A visionary painter with ties to the avant-garde artistic community in New York at midcentury, William Scharf nevertheless defies art historical categorization. His abstracted compositions of organic and geometric formal elements recall the free associations of Surrealism and the all-over grandeur of Abstract Expressionism, and at the same time embody a very individual and immediately recognizable pictorial sense. Scharf combines virtuoso paint handling, vibrant color, and rich symbolic language in canvases that engage the viewer in a transcendent and emotional dialogue. This dialogue is accomplished in part through recurring symbols, which allude to hidden, mysterious narratives. Scharf plumbs the psychological wells of collective myths for symbolic content: the crown of thorns, the ladder, the fish, and the cross can be found throughout, functioning not, as one might expect, as religious symbols, but rather as a means through which to access a deeper, symbolic level of visual communication.

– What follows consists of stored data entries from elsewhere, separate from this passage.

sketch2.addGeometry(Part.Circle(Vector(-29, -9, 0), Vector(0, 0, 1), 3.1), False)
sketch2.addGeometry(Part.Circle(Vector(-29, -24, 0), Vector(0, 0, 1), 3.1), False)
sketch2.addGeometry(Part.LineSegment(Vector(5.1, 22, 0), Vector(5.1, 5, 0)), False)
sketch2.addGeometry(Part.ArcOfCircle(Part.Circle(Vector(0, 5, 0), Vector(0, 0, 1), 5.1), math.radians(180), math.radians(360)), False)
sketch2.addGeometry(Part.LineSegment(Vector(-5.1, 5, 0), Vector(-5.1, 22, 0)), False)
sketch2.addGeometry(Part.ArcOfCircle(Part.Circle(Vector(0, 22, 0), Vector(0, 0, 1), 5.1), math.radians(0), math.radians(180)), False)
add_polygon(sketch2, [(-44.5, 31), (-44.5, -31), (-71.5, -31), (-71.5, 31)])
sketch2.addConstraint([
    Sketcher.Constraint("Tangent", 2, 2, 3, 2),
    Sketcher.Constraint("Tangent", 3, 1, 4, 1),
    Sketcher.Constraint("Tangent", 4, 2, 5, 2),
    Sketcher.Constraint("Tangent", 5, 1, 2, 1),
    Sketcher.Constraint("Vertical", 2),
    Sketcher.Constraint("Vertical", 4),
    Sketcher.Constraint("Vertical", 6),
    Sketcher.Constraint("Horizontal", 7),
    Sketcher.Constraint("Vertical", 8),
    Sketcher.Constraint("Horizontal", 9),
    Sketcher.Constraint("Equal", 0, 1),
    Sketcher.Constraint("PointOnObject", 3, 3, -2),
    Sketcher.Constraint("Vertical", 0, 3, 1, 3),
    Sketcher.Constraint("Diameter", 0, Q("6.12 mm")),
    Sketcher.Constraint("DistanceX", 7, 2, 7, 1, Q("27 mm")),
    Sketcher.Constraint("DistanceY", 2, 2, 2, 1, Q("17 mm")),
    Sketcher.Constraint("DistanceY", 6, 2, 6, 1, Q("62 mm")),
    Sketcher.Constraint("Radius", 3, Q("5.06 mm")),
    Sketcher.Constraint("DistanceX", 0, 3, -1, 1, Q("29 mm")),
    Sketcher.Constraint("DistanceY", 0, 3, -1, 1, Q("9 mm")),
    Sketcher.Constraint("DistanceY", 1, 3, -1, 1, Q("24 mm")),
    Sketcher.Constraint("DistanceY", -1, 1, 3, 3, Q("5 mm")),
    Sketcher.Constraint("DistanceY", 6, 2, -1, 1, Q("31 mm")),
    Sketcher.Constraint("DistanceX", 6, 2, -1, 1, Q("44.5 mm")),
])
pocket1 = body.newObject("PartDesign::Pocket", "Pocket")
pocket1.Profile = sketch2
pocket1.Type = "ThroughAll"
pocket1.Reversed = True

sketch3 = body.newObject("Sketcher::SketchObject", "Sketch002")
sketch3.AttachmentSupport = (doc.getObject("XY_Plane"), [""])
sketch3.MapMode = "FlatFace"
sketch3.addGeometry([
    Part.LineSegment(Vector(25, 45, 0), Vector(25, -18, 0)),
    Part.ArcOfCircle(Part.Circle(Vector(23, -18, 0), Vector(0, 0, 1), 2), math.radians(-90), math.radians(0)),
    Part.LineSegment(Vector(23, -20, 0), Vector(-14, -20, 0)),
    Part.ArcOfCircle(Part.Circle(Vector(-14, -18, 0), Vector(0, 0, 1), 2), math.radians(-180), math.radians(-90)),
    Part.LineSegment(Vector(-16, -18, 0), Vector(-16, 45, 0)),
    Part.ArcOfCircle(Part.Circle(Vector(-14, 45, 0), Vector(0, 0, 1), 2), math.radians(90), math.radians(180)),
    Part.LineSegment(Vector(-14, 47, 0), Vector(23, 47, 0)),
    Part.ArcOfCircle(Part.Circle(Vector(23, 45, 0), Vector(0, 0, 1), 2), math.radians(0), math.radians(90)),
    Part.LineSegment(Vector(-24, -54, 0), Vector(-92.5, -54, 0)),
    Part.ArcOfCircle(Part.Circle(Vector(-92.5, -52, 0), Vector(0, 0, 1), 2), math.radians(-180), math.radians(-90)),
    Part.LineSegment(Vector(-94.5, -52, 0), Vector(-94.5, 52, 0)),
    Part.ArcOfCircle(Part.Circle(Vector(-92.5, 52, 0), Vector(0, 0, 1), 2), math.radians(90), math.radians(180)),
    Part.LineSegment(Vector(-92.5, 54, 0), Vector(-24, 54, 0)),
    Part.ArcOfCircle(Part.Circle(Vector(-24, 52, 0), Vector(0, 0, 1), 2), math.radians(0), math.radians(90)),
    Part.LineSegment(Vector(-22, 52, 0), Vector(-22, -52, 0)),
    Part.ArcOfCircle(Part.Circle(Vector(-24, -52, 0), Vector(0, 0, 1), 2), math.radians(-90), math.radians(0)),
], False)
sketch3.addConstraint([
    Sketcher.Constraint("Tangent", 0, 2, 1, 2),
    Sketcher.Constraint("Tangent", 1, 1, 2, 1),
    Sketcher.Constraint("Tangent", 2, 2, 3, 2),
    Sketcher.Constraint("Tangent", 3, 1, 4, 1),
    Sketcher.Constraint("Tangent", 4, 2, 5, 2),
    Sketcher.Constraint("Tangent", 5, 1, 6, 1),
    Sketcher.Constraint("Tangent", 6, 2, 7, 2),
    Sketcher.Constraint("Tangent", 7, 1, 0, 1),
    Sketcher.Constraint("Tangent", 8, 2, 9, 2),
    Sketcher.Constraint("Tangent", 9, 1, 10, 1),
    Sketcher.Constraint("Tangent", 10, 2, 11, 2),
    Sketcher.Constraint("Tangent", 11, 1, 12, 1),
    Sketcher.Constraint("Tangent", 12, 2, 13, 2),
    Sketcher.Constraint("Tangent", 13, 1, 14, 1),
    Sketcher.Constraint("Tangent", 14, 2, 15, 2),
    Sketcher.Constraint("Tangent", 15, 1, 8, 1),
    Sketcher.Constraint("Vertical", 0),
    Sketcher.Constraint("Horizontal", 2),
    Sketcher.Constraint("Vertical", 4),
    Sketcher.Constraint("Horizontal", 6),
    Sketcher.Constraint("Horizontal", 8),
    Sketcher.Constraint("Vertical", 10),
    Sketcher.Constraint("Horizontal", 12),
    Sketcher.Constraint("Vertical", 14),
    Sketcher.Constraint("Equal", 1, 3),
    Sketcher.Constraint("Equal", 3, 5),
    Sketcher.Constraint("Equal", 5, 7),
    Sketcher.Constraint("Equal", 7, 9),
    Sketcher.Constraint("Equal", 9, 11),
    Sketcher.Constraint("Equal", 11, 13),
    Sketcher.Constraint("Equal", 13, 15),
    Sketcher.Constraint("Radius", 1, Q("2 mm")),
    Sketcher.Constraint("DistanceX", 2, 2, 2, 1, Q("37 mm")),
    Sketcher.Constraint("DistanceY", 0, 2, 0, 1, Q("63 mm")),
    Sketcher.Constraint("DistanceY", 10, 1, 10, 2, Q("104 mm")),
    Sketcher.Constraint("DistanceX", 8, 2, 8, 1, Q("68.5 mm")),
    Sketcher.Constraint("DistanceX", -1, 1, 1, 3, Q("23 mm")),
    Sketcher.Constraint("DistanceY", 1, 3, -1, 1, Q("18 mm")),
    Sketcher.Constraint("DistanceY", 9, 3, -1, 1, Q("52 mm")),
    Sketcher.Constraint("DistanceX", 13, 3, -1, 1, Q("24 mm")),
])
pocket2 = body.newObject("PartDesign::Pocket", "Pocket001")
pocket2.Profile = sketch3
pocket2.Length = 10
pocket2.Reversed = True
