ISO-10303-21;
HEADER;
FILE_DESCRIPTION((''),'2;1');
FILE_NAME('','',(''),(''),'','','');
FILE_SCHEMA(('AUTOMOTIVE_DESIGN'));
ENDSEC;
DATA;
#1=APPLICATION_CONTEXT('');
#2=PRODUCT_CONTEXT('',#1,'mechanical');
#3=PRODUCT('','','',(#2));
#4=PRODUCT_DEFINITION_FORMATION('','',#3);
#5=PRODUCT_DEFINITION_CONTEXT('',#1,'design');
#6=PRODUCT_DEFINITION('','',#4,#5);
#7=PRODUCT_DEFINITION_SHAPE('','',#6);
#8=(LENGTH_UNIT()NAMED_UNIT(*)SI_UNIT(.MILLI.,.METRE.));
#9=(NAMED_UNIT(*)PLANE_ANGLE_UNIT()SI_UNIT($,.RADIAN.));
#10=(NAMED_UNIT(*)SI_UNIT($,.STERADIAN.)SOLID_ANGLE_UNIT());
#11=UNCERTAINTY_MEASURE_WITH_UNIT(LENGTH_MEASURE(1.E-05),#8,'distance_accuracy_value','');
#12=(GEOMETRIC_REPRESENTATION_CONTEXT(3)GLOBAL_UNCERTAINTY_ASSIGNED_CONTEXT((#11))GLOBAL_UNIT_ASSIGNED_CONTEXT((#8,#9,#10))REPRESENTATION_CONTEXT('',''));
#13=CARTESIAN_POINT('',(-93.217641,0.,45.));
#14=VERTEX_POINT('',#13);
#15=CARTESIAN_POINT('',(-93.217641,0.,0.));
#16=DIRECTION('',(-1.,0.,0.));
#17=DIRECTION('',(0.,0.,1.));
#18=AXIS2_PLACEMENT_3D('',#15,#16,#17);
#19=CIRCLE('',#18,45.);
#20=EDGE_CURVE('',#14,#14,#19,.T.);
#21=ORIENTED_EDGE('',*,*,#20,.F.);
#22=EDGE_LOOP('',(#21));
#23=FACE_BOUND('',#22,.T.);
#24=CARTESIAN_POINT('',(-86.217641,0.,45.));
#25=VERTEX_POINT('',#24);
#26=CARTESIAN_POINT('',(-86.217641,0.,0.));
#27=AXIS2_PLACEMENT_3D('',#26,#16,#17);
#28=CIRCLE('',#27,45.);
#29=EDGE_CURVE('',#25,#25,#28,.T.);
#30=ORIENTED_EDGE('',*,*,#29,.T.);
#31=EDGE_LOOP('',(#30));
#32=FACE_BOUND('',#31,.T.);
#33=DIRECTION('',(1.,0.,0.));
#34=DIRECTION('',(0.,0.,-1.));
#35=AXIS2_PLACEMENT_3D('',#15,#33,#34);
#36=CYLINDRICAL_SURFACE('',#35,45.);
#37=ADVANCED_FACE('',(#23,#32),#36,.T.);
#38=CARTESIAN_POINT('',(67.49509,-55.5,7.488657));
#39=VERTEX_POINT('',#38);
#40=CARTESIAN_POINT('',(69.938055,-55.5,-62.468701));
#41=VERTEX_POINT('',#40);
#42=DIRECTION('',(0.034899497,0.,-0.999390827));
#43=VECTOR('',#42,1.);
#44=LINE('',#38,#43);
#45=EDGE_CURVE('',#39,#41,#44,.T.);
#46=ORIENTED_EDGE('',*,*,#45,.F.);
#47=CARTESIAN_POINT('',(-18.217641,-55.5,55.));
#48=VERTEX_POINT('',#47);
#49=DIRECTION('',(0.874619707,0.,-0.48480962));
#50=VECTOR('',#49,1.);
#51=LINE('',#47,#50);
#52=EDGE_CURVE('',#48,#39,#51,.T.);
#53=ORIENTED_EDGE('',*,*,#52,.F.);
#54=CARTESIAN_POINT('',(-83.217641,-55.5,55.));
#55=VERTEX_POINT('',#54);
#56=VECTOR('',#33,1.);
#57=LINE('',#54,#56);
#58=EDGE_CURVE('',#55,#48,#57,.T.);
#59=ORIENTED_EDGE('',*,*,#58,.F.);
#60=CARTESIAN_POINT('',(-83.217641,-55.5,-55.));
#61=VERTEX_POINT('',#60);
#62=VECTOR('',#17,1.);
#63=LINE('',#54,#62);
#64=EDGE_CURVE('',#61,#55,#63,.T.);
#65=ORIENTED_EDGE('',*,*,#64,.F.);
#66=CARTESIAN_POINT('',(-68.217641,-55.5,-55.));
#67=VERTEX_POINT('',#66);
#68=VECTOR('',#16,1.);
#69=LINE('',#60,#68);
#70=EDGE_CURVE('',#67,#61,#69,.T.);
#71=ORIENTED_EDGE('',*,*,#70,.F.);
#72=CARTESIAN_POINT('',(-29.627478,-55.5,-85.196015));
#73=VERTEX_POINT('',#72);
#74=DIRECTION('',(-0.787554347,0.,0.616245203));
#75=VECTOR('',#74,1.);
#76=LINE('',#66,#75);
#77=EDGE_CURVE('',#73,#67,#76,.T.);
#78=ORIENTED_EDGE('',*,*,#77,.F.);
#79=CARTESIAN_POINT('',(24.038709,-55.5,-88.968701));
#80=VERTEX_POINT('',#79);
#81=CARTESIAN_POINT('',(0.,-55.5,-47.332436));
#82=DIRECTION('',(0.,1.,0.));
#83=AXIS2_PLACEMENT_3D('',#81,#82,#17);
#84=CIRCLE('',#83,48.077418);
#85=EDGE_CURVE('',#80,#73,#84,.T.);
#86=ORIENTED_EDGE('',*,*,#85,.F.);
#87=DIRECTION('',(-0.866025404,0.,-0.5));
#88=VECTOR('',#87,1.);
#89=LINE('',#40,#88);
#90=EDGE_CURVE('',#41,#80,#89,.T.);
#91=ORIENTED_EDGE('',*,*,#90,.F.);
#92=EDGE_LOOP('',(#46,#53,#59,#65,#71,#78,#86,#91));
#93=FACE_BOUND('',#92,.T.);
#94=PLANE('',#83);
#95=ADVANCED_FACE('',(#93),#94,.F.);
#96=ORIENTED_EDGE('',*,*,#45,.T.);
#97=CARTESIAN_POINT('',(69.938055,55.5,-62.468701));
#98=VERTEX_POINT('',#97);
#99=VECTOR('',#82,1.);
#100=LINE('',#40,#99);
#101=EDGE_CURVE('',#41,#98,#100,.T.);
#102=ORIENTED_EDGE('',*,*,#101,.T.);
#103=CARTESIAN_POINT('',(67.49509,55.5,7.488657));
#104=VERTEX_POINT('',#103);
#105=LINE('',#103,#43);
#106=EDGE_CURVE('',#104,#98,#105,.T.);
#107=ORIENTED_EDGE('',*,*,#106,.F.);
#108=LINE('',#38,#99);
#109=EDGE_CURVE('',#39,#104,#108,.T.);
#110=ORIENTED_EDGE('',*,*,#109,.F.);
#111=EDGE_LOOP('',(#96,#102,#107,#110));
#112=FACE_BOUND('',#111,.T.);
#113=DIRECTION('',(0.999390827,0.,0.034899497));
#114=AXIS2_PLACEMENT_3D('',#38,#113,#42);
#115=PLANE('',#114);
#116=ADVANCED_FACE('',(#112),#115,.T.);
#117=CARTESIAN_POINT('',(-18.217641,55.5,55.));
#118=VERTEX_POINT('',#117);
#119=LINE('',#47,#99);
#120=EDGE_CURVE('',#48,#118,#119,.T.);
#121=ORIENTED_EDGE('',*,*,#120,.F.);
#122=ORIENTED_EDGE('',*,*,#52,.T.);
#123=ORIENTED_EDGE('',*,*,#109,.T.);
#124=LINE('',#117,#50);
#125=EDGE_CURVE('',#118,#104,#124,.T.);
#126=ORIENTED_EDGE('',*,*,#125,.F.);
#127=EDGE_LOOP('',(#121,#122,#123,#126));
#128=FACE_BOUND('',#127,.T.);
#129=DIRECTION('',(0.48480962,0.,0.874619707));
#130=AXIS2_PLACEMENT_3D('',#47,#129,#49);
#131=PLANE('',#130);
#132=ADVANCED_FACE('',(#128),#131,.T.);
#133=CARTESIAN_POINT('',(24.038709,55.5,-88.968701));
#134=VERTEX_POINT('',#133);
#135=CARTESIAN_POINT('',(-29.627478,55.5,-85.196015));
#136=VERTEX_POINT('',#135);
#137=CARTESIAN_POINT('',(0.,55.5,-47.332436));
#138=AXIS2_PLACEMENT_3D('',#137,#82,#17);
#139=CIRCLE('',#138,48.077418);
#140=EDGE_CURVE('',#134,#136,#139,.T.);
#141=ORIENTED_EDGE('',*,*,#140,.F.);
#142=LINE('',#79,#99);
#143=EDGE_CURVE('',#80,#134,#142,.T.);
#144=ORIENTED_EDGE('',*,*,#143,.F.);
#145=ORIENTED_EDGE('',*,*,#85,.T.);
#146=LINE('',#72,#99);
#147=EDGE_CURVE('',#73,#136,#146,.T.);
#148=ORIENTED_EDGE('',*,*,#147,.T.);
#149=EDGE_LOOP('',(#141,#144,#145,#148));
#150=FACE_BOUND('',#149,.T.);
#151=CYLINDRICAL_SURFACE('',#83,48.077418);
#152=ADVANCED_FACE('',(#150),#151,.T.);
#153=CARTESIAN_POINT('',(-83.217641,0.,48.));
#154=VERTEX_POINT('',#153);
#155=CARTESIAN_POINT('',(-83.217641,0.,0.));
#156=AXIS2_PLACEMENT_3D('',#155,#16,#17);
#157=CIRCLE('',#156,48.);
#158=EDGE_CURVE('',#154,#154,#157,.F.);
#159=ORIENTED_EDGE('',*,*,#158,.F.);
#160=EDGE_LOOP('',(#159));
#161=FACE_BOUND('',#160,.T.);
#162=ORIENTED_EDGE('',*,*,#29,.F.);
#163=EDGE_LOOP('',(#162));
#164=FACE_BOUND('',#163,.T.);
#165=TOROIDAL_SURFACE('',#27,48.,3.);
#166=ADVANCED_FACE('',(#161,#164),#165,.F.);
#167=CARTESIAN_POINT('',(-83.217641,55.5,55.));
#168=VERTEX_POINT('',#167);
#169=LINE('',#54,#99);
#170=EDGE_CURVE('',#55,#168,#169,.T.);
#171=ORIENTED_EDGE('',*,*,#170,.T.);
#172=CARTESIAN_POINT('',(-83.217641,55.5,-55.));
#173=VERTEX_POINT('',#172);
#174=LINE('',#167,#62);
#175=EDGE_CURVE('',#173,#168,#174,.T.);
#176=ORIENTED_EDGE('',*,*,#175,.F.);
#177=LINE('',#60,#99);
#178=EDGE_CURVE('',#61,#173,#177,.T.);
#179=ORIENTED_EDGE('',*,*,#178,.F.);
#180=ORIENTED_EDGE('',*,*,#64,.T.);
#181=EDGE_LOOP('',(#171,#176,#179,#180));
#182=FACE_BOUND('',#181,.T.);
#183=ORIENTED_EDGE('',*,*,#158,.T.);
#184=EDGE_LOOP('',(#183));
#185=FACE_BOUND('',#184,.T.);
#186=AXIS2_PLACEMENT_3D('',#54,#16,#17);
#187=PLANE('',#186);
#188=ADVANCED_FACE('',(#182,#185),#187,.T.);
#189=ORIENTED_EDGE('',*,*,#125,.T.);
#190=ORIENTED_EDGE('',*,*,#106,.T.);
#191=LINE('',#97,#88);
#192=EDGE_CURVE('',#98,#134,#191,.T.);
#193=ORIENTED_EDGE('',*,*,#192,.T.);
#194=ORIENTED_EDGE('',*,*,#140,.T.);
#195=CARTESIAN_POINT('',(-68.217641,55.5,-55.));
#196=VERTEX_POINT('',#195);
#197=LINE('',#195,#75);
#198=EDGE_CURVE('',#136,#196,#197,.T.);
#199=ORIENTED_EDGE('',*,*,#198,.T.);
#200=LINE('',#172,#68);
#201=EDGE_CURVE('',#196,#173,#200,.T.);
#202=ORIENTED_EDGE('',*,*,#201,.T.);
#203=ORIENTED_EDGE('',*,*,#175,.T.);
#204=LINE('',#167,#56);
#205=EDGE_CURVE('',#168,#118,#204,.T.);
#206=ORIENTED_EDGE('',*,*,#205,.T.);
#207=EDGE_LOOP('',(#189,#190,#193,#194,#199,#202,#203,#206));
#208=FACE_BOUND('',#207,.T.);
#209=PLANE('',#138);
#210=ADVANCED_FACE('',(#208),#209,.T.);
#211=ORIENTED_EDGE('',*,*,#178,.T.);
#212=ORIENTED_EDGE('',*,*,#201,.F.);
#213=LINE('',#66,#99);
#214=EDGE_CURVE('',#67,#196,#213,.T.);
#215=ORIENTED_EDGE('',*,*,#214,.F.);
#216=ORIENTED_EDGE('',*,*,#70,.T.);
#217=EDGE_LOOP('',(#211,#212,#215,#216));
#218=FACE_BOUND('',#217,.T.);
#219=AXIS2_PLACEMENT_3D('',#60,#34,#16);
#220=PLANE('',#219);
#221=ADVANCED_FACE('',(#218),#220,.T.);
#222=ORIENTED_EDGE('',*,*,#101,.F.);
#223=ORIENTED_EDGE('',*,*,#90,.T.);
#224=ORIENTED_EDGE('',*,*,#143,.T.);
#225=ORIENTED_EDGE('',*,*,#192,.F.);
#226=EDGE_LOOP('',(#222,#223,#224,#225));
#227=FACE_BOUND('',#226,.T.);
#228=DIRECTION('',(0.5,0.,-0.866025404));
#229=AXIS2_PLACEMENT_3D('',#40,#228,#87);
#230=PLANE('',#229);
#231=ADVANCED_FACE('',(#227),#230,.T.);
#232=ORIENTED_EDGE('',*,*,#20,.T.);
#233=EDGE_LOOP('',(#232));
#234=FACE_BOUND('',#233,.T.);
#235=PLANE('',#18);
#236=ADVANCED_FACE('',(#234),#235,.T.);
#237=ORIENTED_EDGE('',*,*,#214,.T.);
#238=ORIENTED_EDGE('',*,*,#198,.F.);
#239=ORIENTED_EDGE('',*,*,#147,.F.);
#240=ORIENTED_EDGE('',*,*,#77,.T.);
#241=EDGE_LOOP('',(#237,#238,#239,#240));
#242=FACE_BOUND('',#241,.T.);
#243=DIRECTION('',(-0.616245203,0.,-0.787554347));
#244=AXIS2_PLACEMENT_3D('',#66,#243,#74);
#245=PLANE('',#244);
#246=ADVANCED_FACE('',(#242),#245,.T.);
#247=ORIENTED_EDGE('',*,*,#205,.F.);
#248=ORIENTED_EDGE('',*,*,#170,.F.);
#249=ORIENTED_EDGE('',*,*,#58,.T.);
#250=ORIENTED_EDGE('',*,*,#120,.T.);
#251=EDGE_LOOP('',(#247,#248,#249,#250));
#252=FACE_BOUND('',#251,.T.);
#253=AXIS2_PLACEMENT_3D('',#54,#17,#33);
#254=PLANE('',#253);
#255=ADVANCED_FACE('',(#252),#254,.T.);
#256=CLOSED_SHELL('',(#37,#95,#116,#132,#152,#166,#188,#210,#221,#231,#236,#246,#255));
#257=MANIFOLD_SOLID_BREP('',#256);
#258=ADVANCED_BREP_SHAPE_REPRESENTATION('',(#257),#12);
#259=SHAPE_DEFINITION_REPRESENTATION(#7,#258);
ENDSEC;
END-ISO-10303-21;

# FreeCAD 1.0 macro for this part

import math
import FreeCAD as App
import Part
import Sketcher
from FreeCAD import Vector
Q = App.Units.Quantity


def edges_at(feature, points):
    """Names of the edges that pass closest to the given points."""
    edges = feature.Shape.Edges
    near = lambda p: min(range(len(edges)), key=lambda i: edges[i].distToShape(Part.Vertex(*p))[0])
    return sorted({f"Edge{near(p) + 1}" for p in points})

doc = App.newDocument("Part")
body = doc.addObject("PartDesign::Body", "Body")

sketch1 = body.newObject("Sketcher::SketchObject", "Sketch")
sketch1.AttachmentSupport = (doc.getObject("XZ_Plane"), [""])
sketch1.MapMode = "FlatFace"
sketch1.addGeometry([
    Part.LineSegment(Vector(0, 0, 0), Vector(65, 0, 0)),
    Part.LineSegment(Vector(65, 0, 0), Vector(151, -48, 0)),
    Part.LineSegment(Vector(151, -48, 0), Vector(153, -117, 0)),
    Part.LineSegment(Vector(153, -117, 0), Vector(107, -144, 0)),
    Part.ArcOfCircle(Part.Circle(Vector(83, -102, 0), Vector(0, 0, 1), 48), math.radians(-128), math.radians(-60)),
    Part.LineSegment(Vector(54, -140, 0), Vector(15, -110, 0)),
    Part.LineSegment(Vector(15, -110, 0), Vector(0, -110, 0)),
    Part.LineSegment(Vector(0, -110, 0), Vector(0, 0, 0)),
], False)
sketch1.addConstraint([
    Sketcher.Constraint("Coincident", 0, 2, 1, 1),
    Sketcher.Constraint("Coincident", 1, 2, 2, 1),
    Sketcher.Constraint("Coincident", 2, 2, 3, 1),
    Sketcher.Constraint("Tangent", 3, 2, 4, 2),
    Sketcher.Constraint("Tangent", 4, 1, 5, 1),
    Sketcher.Constraint("Coincident", 5, 2, 6, 1),
    Sketcher.Constraint("Coincident", 6, 2, 7, 1),
    Sketcher.Constraint("Coincident", 7, 2, 0, 1),
    Sketcher.Constraint("Horizontal", 0),
    Sketcher.Constraint("Horizontal", 6),
    Sketcher.Constraint("Vertical", 7),
    Sketcher.Constraint("Coincident", 7, 2, -1, 1),
    Sketcher.Constraint("DistanceX", 0, 1, 0, 2, Q("65 mm")),
    Sketcher.Constraint("DistanceX", 6, 2, 6, 1, Q("15 mm")),
    Sketcher.Constraint("DistanceY", 7, 1, 7, 2, Q("110 mm")),
    Sketcher.Constraint("Angle", 1, Q("-29 deg")),
    Sketcher.Constraint("Angle", 2, Q("-88 deg")),
    Sketcher.Constraint("Angle", 3, Q("-150 deg")),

Born in 1927 in Media, Pennsylvania, an early friendship with renowned artist N.C. Wyeth encouraged Scharf’s artistic efforts from a very young age. After a time with the Army Air Corps in the mid-1940s, Scharf formalized his art studies at the Pennsylvania Academy of the Fine Arts under Franklin Watkins, Daniel Garber, and Water Steumpfig, and later at the Barnes Foundation under Abraham Chanin. A scholarship in 1948 allowed the artist to study at the Académie de la Grand Chaumière in Paris for a time, and he also took this
opportunity to travel in Italy, Belgium, and England. Upon his return to Philadelphia he again enrolled at the Pennsylvania Academy and became increasingly interested in Jazz music.
At Wyeth’s urging, Scharf moved to New York in 1952, where he has lived and worked ever since. He exhibited in group exhibitions throughout the 1950s, and received his first New York solo exhibition at the David Herbert Gallery in 1960. He exhibited consistently over the next several decades, most recently at MoMA PS1 in Queens, New York, the Frederick R. Weisman Museum of Art in Malibu, California, and the Phillips Collection in Washington, D.C.
Though Scharf maintained many art-world friendships, most notably a close relationship with Mark Rothko, whom he assisted with the preliminary studies for the de Menil Chapel in Houston, Scharf’s paintings function on a more personal, mystical level than those of many of his contemporaries. In works that range from diminutive paintings to wall-covering canvases, one finds that Scharf’s bold, evocative compositions offer glimpses into a unique artistic mind.